(Stored items)
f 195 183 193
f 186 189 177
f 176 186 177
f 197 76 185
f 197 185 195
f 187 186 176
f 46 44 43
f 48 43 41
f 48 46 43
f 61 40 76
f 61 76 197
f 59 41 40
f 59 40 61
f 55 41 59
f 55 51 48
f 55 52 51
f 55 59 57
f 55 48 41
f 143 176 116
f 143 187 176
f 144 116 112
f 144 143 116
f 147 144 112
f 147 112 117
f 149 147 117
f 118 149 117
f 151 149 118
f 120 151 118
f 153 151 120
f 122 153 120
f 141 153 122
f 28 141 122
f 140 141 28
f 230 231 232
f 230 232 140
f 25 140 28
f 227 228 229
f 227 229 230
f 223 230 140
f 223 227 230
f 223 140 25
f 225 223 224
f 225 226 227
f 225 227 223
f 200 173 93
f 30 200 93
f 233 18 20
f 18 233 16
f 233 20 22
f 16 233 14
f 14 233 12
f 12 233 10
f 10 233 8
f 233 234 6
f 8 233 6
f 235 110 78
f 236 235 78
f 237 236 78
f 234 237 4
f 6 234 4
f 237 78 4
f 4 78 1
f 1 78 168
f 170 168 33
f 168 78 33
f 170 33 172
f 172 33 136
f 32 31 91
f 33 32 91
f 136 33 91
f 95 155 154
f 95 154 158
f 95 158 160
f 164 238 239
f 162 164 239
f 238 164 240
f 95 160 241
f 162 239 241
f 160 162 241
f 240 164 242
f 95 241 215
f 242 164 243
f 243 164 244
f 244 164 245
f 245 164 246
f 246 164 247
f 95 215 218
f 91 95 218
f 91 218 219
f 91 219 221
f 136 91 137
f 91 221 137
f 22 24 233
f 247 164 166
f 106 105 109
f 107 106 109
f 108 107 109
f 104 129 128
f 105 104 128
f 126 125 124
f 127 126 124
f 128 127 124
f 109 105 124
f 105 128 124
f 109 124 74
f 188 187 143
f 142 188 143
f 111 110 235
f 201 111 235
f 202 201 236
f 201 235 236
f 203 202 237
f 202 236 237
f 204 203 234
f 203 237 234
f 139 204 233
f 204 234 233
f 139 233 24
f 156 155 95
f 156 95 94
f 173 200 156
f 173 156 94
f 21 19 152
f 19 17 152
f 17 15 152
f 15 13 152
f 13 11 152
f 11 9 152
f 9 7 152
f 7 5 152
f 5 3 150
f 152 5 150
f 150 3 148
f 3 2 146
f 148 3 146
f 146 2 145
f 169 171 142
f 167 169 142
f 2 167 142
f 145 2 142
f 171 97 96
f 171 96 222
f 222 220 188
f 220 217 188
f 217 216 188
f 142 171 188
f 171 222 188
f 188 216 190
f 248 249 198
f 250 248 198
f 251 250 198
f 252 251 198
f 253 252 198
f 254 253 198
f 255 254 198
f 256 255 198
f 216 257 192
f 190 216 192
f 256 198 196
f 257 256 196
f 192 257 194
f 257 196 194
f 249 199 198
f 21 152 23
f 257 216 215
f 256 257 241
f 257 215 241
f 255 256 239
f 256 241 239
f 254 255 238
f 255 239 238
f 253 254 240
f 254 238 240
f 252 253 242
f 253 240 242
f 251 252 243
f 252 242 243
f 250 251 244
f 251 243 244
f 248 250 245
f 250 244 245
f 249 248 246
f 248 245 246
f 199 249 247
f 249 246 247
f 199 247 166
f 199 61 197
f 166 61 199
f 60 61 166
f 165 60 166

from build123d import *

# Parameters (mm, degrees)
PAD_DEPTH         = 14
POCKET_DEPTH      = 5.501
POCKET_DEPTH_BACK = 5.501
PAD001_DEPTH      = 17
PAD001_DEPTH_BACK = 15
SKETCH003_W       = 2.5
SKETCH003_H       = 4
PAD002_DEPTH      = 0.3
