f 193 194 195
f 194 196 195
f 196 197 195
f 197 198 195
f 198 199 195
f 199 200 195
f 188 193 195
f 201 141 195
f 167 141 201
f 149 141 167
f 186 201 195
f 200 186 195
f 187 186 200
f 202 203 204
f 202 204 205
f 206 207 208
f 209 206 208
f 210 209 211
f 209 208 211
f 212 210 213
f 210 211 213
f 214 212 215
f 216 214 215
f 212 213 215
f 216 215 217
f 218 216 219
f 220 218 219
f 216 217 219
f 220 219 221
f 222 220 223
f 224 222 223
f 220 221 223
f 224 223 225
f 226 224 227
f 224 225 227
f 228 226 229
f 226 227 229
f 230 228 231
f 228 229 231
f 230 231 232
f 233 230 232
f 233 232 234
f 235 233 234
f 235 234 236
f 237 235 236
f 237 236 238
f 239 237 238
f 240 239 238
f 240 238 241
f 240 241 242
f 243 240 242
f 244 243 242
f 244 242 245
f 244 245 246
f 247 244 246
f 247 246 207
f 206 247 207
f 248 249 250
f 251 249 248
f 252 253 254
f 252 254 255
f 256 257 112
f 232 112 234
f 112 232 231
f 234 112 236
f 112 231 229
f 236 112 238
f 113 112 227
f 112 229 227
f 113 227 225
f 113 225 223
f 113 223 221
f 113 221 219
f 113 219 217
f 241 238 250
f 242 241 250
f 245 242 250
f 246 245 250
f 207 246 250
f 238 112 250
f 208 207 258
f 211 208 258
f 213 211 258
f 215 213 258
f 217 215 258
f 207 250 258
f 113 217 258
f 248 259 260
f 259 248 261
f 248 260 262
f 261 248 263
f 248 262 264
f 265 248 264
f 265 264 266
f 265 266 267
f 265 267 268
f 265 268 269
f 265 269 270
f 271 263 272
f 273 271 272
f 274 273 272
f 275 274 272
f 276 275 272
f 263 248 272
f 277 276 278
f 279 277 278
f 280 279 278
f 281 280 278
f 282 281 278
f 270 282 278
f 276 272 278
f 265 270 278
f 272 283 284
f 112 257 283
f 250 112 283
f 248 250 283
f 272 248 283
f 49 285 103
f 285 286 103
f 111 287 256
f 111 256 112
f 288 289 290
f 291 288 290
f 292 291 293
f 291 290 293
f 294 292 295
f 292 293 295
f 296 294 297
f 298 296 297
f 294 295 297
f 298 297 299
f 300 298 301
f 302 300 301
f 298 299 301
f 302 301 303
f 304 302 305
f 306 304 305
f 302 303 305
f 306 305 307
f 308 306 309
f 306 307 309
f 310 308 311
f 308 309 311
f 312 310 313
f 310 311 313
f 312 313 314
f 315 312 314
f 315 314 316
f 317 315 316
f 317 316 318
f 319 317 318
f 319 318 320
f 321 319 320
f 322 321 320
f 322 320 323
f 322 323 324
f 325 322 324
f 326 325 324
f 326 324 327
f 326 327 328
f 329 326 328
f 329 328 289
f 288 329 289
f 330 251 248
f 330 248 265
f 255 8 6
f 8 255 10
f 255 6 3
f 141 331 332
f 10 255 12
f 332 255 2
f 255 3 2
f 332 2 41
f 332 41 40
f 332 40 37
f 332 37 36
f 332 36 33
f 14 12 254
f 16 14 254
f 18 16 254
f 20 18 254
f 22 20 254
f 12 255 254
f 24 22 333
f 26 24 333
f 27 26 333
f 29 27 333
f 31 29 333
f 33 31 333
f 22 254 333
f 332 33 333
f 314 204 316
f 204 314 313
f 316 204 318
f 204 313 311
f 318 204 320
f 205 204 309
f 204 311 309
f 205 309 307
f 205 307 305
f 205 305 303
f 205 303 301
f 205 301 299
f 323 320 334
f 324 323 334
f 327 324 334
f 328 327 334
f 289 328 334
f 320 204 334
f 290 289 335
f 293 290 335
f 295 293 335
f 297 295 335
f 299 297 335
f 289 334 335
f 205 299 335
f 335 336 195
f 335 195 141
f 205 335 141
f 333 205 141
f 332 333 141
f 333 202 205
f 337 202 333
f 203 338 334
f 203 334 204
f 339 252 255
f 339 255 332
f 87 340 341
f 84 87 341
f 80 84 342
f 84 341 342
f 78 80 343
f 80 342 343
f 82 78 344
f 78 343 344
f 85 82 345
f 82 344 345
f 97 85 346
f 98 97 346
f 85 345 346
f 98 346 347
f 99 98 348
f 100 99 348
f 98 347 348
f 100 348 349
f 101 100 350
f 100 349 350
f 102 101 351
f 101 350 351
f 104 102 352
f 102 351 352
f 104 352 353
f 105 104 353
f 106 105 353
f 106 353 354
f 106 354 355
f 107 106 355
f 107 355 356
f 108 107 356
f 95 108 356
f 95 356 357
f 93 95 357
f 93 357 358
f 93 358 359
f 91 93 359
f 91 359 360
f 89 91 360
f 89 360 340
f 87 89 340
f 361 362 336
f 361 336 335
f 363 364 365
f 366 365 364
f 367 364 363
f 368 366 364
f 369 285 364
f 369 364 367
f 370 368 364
--
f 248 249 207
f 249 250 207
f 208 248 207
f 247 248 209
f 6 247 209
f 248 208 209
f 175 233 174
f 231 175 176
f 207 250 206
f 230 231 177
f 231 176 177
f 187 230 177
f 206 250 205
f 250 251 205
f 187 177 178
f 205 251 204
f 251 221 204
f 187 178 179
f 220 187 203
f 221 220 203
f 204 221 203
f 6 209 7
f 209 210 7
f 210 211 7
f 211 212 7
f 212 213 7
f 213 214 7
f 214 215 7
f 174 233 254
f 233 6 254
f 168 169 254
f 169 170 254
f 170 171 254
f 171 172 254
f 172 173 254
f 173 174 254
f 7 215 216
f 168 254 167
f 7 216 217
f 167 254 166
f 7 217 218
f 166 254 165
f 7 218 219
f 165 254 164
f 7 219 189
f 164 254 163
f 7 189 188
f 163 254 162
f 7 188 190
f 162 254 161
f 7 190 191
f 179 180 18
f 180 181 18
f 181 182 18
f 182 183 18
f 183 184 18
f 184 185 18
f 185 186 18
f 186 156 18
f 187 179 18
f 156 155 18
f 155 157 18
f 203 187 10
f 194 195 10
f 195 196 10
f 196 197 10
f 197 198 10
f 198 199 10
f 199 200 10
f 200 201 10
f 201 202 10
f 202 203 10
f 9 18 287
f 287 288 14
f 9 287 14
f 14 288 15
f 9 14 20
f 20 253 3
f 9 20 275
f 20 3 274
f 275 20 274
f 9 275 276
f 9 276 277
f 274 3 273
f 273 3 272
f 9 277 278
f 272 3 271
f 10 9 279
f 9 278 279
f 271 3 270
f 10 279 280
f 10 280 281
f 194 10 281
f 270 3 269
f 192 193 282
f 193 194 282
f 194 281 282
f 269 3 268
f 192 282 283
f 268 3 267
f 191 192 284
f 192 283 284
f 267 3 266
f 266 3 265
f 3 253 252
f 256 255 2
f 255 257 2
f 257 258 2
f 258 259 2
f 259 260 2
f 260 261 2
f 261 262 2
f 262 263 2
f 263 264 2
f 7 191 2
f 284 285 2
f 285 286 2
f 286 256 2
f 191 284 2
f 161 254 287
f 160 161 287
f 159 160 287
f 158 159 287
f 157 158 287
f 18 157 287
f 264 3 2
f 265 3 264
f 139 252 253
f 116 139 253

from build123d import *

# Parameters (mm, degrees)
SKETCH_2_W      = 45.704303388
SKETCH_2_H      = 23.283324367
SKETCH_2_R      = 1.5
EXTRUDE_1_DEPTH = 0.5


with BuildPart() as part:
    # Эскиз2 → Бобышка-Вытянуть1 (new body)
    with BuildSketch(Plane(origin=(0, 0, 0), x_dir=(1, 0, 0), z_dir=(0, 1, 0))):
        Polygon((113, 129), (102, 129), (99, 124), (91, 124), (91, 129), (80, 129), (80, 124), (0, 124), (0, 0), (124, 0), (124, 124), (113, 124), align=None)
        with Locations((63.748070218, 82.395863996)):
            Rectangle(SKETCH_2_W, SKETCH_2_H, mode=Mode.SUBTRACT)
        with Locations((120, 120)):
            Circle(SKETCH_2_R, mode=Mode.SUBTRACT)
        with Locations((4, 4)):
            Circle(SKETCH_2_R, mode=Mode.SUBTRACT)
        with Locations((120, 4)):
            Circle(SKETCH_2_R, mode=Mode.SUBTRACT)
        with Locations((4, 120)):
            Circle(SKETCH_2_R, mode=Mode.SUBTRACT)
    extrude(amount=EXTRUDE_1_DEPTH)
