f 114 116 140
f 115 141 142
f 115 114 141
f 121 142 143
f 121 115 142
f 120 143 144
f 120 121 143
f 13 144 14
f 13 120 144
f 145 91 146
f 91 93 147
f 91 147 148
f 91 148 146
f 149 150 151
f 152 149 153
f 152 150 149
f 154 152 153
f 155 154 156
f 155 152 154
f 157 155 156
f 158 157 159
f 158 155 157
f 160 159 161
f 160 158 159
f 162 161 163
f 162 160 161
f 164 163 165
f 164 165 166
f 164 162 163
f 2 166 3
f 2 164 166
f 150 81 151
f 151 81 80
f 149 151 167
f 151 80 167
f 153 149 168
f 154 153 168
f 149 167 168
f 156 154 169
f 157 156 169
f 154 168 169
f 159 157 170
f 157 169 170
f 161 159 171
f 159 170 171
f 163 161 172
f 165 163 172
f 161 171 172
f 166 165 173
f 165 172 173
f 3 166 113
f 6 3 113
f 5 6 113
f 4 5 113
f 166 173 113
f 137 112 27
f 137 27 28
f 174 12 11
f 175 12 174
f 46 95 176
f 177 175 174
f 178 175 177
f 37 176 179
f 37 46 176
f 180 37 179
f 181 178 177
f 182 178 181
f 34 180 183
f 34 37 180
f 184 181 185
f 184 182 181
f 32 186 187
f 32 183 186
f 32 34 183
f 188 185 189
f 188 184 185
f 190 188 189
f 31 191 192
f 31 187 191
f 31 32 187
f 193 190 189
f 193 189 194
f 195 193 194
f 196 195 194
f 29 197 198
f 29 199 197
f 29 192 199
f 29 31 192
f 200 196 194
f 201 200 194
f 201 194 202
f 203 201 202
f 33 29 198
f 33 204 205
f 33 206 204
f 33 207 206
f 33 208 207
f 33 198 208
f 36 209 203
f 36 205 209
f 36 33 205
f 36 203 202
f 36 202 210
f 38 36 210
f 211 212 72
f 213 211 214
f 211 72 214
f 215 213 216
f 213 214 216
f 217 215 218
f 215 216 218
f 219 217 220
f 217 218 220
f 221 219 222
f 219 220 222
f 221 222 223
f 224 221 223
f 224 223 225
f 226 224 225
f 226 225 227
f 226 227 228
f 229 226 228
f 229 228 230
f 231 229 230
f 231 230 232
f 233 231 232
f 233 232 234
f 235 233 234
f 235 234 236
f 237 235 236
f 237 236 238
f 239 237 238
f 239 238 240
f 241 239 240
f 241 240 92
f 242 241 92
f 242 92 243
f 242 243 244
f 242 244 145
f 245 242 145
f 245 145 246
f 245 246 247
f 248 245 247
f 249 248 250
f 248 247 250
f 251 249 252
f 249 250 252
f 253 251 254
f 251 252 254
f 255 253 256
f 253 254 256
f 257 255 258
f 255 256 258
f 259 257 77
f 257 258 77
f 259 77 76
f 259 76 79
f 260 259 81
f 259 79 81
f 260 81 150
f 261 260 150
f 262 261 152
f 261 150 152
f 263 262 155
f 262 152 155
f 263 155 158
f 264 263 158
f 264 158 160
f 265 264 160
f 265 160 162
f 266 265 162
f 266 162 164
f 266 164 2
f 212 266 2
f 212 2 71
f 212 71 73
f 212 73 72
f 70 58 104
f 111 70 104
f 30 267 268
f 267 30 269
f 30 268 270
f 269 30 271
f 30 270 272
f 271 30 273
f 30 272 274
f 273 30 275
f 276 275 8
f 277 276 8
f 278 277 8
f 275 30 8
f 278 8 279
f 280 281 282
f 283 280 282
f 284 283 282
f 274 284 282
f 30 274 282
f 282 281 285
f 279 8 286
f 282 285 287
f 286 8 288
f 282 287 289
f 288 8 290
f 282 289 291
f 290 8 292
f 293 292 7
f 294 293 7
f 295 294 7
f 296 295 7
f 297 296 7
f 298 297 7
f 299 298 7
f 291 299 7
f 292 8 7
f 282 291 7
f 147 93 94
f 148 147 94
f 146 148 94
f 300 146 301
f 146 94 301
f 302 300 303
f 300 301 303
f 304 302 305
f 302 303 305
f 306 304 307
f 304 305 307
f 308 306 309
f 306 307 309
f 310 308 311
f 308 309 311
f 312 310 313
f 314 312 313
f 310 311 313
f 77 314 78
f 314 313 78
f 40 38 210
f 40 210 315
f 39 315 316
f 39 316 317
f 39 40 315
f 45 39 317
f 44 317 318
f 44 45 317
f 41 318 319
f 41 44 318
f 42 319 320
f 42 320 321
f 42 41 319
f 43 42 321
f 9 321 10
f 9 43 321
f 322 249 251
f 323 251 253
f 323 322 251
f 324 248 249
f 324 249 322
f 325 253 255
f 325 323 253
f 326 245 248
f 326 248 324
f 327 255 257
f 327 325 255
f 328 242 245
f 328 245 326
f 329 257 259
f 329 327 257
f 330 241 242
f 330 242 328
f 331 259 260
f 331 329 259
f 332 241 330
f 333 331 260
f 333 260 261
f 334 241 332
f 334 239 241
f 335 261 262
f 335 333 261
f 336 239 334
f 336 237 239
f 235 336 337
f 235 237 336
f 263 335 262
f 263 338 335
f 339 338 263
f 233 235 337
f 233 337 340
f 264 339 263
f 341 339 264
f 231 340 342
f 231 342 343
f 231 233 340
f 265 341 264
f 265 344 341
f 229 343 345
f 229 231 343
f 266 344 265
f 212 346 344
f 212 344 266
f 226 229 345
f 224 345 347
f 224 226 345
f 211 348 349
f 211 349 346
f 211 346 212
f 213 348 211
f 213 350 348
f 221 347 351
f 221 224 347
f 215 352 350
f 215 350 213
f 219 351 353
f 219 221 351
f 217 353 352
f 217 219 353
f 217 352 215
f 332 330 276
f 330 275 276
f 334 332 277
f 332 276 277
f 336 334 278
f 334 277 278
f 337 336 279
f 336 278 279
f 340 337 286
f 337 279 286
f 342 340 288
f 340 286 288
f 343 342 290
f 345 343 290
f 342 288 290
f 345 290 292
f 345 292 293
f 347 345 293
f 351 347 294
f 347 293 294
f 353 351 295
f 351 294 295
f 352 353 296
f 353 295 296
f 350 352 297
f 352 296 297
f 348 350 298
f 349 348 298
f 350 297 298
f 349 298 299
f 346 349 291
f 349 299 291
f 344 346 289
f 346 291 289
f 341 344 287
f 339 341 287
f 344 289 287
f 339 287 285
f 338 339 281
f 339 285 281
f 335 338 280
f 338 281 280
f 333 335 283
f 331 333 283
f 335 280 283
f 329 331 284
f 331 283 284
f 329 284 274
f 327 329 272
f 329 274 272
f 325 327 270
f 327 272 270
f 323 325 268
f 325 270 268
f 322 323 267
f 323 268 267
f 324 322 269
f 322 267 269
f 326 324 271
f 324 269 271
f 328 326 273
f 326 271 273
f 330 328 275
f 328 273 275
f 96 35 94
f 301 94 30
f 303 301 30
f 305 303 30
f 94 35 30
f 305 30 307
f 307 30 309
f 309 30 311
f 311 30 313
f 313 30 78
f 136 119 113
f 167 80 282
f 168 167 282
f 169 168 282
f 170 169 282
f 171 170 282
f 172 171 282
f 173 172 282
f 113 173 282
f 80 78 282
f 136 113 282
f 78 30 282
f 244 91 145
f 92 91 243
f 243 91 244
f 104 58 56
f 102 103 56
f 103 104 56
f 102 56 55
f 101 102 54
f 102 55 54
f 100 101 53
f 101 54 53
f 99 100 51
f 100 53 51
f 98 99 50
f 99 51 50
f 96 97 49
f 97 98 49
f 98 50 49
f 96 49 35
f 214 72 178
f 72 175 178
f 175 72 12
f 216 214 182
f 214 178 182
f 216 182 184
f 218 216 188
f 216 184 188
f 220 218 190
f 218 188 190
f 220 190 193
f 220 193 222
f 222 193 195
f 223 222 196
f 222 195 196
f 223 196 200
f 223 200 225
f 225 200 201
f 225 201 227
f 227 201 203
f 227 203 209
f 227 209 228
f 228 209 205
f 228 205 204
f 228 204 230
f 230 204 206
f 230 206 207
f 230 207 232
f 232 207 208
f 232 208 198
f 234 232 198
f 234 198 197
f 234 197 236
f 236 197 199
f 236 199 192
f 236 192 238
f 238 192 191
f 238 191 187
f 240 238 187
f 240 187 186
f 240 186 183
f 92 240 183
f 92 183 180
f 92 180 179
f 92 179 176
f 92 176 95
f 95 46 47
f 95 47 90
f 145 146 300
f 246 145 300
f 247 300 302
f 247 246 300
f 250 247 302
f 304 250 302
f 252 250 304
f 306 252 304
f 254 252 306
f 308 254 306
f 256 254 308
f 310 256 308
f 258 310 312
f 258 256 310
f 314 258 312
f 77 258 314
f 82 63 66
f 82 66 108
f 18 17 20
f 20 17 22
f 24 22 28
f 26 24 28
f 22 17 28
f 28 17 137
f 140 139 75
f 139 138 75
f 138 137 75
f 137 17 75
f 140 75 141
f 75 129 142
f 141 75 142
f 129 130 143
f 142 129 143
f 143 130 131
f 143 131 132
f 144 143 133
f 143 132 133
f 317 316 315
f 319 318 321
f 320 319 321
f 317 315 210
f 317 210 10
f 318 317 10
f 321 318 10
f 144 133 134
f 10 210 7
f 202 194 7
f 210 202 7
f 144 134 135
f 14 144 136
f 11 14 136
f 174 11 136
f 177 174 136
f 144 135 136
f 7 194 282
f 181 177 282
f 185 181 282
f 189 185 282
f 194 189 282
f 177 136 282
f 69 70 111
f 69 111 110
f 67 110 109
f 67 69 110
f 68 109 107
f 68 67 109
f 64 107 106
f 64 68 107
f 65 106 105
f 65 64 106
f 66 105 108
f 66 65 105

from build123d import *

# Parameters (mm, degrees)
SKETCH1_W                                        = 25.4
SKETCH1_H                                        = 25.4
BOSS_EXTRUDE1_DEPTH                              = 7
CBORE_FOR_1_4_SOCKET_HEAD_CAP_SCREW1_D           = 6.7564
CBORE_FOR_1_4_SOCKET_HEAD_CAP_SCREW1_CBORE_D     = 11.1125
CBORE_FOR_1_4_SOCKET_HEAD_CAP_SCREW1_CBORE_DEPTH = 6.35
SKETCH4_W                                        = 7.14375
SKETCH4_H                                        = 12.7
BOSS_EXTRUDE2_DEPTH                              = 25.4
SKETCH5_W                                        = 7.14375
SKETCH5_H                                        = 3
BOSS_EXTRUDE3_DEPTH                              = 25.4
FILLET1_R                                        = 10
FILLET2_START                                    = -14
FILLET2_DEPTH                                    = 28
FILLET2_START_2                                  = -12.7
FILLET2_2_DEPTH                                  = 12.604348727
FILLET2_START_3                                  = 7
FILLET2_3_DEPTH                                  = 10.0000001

» Task statement:
Of the lines above, retype only those from the line containing "f 280 279 278" through the line containing "f 102 351 352", including both, exactly.

» Reply:
f 280 279 278
f 281 280 278
f 282 281 278
f 270 282 278
f 276 272 278
f 265 270 278
f 272 283 284
f 112 257 283
f 250 112 283
f 248 250 283
f 272 248 283
f 49 285 103
f 285 286 103
f 111 287 256
f 111 256 112
f 288 289 290
f 291 288 290
f 292 291 293
f 291 290 293
f 294 292 295
f 292 293 295
f 296 294 297
f 298 296 297
f 294 295 297
f 298 297 299
f 300 298 301
f 302 300 301
f 298 299 301
f 302 301 303
f 304 302 305
f 306 304 305
f 302 303 305
f 306 305 307
f 308 306 309
f 306 307 309
f 310 308 311
f 308 309 311
f 312 310 313
f 310 311 313
f 312 313 314
f 315 312 314
f 315 314 316
f 317 315 316
f 317 316 318
f 319 317 318
f 319 318 320
f 321 319 320
f 322 321 320
f 322 320 323
f 322 323 324
f 325 322 324
f 326 325 324
f 326 324 327
f 326 327 328
f 329 326 328
f 329 328 289
f 288 329 289
f 330 251 248
f 330 248 265
f 255 8 6
f 8 255 10
f 255 6 3
f 141 331 332
f 10 255 12
f 332 255 2
f 255 3 2
f 332 2 41
f 332 41 40
f 332 40 37
f 332 37 36
f 332 36 33
f 14 12 254
f 16 14 254
f 18 16 254
f 20 18 254
f 22 20 254
f 12 255 254
f 24 22 333
f 26 24 333
f 27 26 333
f 29 27 333
f 31 29 333
f 33 31 333
f 22 254 333
f 332 33 333
f 314 204 316
f 204 314 313
f 316 204 318
f 204 313 311
f 318 204 320
f 205 204 309
f 204 311 309
f 205 309 307
f 205 307 305
f 205 305 303
f 205 303 301
f 205 301 299
f 323 320 334
f 324 323 334
f 327 324 334
f 328 327 334
f 289 328 334
f 320 204 334
f 290 289 335
f 293 290 335
f 295 293 335
f 297 295 335
f 299 297 335
f 289 334 335
f 205 299 335
f 335 336 195
f 335 195 141
f 205 335 141
f 333 205 141
f 332 333 141
f 333 202 205
f 337 202 333
f 203 338 334
f 203 334 204
f 339 252 255
f 339 255 332
f 87 340 341
f 84 87 341
f 80 84 342
f 84 341 342
f 78 80 343
f 80 342 343
f 82 78 344
f 78 343 344
f 85 82 345
f 82 344 345
f 97 85 346
f 98 97 346
f 85 345 346
f 98 346 347
f 99 98 348
f 100 99 348
f 98 347 348
f 100 348 349
f 101 100 350
f 100 349 350
f 102 101 351
f 101 350 351
f 104 102 352
f 102 351 352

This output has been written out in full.